#### WHAT YOU HAVE TO DO
Lines from the first one down to the one containing "v 90.432 13.31 -47.736" in the data below are the only ones needed; please return them exactly, both ends included.

─── EXERCISE DATA

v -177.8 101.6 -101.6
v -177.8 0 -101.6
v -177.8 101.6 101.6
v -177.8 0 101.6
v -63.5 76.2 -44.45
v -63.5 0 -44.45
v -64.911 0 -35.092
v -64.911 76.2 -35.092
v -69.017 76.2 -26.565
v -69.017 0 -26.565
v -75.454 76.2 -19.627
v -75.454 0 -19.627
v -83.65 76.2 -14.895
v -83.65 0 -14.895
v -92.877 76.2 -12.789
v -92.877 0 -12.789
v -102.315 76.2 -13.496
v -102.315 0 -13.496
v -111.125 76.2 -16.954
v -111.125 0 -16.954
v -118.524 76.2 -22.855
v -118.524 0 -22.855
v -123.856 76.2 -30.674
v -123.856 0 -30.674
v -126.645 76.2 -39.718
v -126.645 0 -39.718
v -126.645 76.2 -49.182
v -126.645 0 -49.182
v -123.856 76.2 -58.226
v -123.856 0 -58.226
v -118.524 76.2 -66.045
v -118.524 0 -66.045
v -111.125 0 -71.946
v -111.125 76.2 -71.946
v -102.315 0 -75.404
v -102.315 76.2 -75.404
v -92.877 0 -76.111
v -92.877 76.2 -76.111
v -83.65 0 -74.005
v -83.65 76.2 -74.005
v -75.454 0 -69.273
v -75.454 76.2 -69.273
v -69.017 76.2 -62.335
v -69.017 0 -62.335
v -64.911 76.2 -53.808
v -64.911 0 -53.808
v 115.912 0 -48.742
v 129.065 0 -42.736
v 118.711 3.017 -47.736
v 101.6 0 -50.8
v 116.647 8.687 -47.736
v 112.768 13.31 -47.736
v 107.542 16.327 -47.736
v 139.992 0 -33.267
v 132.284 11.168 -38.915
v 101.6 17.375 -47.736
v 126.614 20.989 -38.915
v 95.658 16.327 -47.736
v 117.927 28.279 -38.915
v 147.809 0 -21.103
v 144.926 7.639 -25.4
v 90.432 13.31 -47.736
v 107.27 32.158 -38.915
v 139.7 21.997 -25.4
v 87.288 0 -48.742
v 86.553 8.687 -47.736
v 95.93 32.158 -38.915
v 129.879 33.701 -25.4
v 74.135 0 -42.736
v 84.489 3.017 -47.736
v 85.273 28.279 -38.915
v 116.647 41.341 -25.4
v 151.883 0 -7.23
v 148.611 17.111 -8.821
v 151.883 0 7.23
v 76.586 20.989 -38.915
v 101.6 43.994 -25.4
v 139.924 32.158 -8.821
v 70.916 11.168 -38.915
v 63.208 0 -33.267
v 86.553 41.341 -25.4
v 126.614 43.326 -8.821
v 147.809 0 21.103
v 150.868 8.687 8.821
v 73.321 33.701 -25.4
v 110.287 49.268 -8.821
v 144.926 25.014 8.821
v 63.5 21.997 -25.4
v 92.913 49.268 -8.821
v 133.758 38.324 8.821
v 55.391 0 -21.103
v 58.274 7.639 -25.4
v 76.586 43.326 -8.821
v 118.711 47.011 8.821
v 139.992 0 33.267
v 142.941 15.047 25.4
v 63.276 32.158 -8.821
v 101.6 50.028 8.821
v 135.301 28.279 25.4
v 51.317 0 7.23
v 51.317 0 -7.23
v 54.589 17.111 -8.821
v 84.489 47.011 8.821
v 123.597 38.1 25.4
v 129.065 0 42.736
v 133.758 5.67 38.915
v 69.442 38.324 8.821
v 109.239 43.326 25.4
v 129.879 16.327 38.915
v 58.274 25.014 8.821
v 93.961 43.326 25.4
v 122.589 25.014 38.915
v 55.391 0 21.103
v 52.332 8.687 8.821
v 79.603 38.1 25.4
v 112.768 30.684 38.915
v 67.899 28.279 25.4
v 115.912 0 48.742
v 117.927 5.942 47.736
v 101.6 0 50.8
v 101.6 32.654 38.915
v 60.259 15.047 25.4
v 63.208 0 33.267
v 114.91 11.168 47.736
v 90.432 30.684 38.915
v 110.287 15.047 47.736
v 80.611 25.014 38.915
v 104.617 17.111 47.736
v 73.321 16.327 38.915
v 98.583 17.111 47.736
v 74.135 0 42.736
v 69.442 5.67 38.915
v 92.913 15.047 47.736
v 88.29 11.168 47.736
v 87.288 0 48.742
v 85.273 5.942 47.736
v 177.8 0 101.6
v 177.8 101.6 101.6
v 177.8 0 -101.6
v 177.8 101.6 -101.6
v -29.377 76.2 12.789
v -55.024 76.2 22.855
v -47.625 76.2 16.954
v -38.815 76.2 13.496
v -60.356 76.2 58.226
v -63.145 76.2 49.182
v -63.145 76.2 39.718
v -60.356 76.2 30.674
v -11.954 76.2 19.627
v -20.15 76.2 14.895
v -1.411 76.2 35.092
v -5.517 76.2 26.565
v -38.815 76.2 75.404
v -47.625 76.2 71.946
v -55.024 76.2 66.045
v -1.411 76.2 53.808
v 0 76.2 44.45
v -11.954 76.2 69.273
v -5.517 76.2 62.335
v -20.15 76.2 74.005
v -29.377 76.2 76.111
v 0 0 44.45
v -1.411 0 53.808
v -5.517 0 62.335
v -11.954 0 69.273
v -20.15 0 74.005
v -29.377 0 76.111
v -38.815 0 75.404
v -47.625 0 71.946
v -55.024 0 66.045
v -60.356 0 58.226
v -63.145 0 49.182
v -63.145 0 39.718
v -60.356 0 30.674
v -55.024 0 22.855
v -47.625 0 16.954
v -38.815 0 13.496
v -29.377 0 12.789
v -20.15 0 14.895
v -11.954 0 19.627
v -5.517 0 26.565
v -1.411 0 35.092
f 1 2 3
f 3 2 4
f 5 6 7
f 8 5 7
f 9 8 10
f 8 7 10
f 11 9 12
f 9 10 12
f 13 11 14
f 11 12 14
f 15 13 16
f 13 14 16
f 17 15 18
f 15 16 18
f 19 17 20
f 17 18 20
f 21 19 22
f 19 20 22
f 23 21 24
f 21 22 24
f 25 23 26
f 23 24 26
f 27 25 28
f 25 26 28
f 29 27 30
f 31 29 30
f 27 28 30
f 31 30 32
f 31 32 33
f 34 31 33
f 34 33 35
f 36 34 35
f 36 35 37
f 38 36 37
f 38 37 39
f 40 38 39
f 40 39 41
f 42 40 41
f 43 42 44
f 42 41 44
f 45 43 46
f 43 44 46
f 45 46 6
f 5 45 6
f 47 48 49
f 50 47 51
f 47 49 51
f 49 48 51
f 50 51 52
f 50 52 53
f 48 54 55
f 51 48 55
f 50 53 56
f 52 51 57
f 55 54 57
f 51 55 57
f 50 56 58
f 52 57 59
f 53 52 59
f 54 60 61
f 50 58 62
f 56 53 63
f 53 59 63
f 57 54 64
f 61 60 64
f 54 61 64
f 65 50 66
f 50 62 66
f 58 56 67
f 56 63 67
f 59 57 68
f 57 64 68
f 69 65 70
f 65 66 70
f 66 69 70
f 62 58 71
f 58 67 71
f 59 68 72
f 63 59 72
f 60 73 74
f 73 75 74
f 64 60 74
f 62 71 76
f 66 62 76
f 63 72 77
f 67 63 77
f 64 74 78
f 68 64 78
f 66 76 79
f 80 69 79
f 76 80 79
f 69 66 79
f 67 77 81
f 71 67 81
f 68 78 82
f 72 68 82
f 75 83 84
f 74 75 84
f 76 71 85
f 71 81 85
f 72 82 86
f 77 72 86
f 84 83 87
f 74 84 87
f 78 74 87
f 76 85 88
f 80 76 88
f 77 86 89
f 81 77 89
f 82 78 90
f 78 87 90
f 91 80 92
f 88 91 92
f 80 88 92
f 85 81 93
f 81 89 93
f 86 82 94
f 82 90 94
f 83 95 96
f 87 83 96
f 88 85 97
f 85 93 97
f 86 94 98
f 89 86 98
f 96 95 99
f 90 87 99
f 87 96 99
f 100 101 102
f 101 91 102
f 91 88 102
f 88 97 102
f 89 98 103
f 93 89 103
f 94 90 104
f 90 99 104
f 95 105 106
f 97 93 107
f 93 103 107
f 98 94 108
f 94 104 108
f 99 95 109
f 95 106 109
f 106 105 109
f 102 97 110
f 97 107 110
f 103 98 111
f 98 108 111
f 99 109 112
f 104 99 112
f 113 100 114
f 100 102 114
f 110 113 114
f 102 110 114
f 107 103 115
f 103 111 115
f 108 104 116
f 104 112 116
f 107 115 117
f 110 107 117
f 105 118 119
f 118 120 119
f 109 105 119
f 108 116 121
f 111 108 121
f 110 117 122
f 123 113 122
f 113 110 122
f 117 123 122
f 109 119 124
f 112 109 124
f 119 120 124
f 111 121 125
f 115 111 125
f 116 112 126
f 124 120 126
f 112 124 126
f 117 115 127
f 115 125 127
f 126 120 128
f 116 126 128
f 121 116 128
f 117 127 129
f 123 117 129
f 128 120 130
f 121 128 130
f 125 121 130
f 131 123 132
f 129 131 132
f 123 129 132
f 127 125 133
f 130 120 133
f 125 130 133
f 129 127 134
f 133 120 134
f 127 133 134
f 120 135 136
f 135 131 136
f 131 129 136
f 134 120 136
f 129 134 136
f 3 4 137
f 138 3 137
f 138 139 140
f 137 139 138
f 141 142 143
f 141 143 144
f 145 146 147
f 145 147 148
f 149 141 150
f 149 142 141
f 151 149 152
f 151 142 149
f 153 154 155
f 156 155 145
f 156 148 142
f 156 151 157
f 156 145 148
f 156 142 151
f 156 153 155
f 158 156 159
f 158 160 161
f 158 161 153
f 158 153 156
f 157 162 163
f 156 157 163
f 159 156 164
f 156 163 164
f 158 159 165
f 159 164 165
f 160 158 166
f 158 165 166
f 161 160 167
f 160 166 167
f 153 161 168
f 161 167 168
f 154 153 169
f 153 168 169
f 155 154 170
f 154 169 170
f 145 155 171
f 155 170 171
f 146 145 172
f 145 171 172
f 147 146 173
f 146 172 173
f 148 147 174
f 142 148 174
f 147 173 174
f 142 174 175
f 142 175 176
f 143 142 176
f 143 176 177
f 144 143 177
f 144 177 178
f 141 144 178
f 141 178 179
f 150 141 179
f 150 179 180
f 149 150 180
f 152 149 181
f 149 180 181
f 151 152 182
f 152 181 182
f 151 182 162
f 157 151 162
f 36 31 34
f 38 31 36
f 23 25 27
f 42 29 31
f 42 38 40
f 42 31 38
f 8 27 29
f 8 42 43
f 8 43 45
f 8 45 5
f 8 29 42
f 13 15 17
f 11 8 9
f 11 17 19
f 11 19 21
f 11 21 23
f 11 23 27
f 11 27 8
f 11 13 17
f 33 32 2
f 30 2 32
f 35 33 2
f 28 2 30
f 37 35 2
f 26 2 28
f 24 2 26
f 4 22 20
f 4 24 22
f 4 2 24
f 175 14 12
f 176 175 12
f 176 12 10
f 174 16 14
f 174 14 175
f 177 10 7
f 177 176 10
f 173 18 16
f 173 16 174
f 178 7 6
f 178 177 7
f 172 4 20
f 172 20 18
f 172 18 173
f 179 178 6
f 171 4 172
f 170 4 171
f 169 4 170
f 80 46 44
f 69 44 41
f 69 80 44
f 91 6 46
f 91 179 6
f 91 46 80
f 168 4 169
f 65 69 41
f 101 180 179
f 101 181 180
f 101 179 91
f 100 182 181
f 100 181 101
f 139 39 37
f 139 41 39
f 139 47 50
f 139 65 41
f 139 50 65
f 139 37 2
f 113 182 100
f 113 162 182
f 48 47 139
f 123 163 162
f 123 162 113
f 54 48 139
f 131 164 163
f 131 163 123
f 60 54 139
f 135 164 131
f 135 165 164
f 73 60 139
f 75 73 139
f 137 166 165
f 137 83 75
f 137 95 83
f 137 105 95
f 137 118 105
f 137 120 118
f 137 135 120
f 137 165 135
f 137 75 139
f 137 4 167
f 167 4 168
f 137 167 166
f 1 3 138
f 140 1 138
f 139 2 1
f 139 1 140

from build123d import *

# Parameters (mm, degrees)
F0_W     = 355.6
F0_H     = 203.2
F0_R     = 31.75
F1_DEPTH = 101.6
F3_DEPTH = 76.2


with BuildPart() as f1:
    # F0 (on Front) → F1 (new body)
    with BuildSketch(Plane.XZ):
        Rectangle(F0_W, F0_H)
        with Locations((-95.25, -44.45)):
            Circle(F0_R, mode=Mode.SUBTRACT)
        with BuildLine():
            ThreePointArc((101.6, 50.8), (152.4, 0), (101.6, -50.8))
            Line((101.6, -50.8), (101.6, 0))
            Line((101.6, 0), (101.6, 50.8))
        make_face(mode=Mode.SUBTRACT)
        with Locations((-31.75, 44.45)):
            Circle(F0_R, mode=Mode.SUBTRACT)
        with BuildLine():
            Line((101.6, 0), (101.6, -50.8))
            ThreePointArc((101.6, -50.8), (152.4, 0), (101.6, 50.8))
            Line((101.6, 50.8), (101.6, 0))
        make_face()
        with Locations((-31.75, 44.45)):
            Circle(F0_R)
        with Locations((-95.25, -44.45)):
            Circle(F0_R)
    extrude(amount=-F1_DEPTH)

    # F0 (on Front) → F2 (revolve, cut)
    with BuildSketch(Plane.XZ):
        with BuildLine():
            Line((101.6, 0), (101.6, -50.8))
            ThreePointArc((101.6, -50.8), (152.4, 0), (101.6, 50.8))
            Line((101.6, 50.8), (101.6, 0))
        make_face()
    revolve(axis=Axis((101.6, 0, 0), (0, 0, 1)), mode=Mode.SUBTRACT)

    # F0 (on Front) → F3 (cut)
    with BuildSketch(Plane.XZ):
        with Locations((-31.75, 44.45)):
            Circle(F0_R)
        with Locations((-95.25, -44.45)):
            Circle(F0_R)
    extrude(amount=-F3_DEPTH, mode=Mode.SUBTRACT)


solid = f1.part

──────

#### EXERCISE RESULT
v -177.8 101.6 -101.6
v -177.8 0 -101.6
v -177.8 101.6 101.6
v -177.8 0 101.6
v -63.5 76.2 -44.45
v -63.5 0 -44.45
v -64.911 0 -35.092
v -64.911 76.2 -35.092
v -69.017 76.2 -26.565
v -69.017 0 -26.565
v -75.454 76.2 -19.627
v -75.454 0 -19.627
v -83.65 76.2 -14.895
v -83.65 0 -14.895
v -92.877 76.2 -12.789
v -92.877 0 -12.789
v -102.315 76.2 -13.496
v -102.315 0 -13.496
v -111.125 76.2 -16.954
v -111.125 0 -16.954
v -118.524 76.2 -22.855
v -118.524 0 -22.855
v -123.856 76.2 -30.674
v -123.856 0 -30.674
v -126.645 76.2 -39.718
v -126.645 0 -39.718
v -126.645 76.2 -49.182
v -126.645 0 -49.182
v -123.856 76.2 -58.226
v -123.856 0 -58.226
v -118.524 76.2 -66.045
v -118.524 0 -66.045
v -111.125 0 -71.946
v -111.125 76.2 -71.946
v -102.315 0 -75.404
v -102.315 76.2 -75.404
v -92.877 0 -76.111
v -92.877 76.2 -76.111
v -83.65 0 -74.005
v -83.65 76.2 -74.005
v -75.454 0 -69.273
v -75.454 76.2 -69.273
v -69.017 76.2 -62.335
v -69.017 0 -62.335
v -64.911 76.2 -53.808
v -64.911 0 -53.808
v 115.912 0 -48.742
v 129.065 0 -42.736
v 118.711 3.017 -47.736
v 101.6 0 -50.8
v 116.647 8.687 -47.736
v 112.768 13.31 -47.736
v 107.542 16.327 -47.736
v 139.992 0 -33.267
v 132.284 11.168 -38.915
v 101.6 17.375 -47.736
v 126.614 20.989 -38.915
v 95.658 16.327 -47.736
v 117.927 28.279 -38.915
v 147.809 0 -21.103
v 144.926 7.639 -25.4
v 90.432 13.31 -47.736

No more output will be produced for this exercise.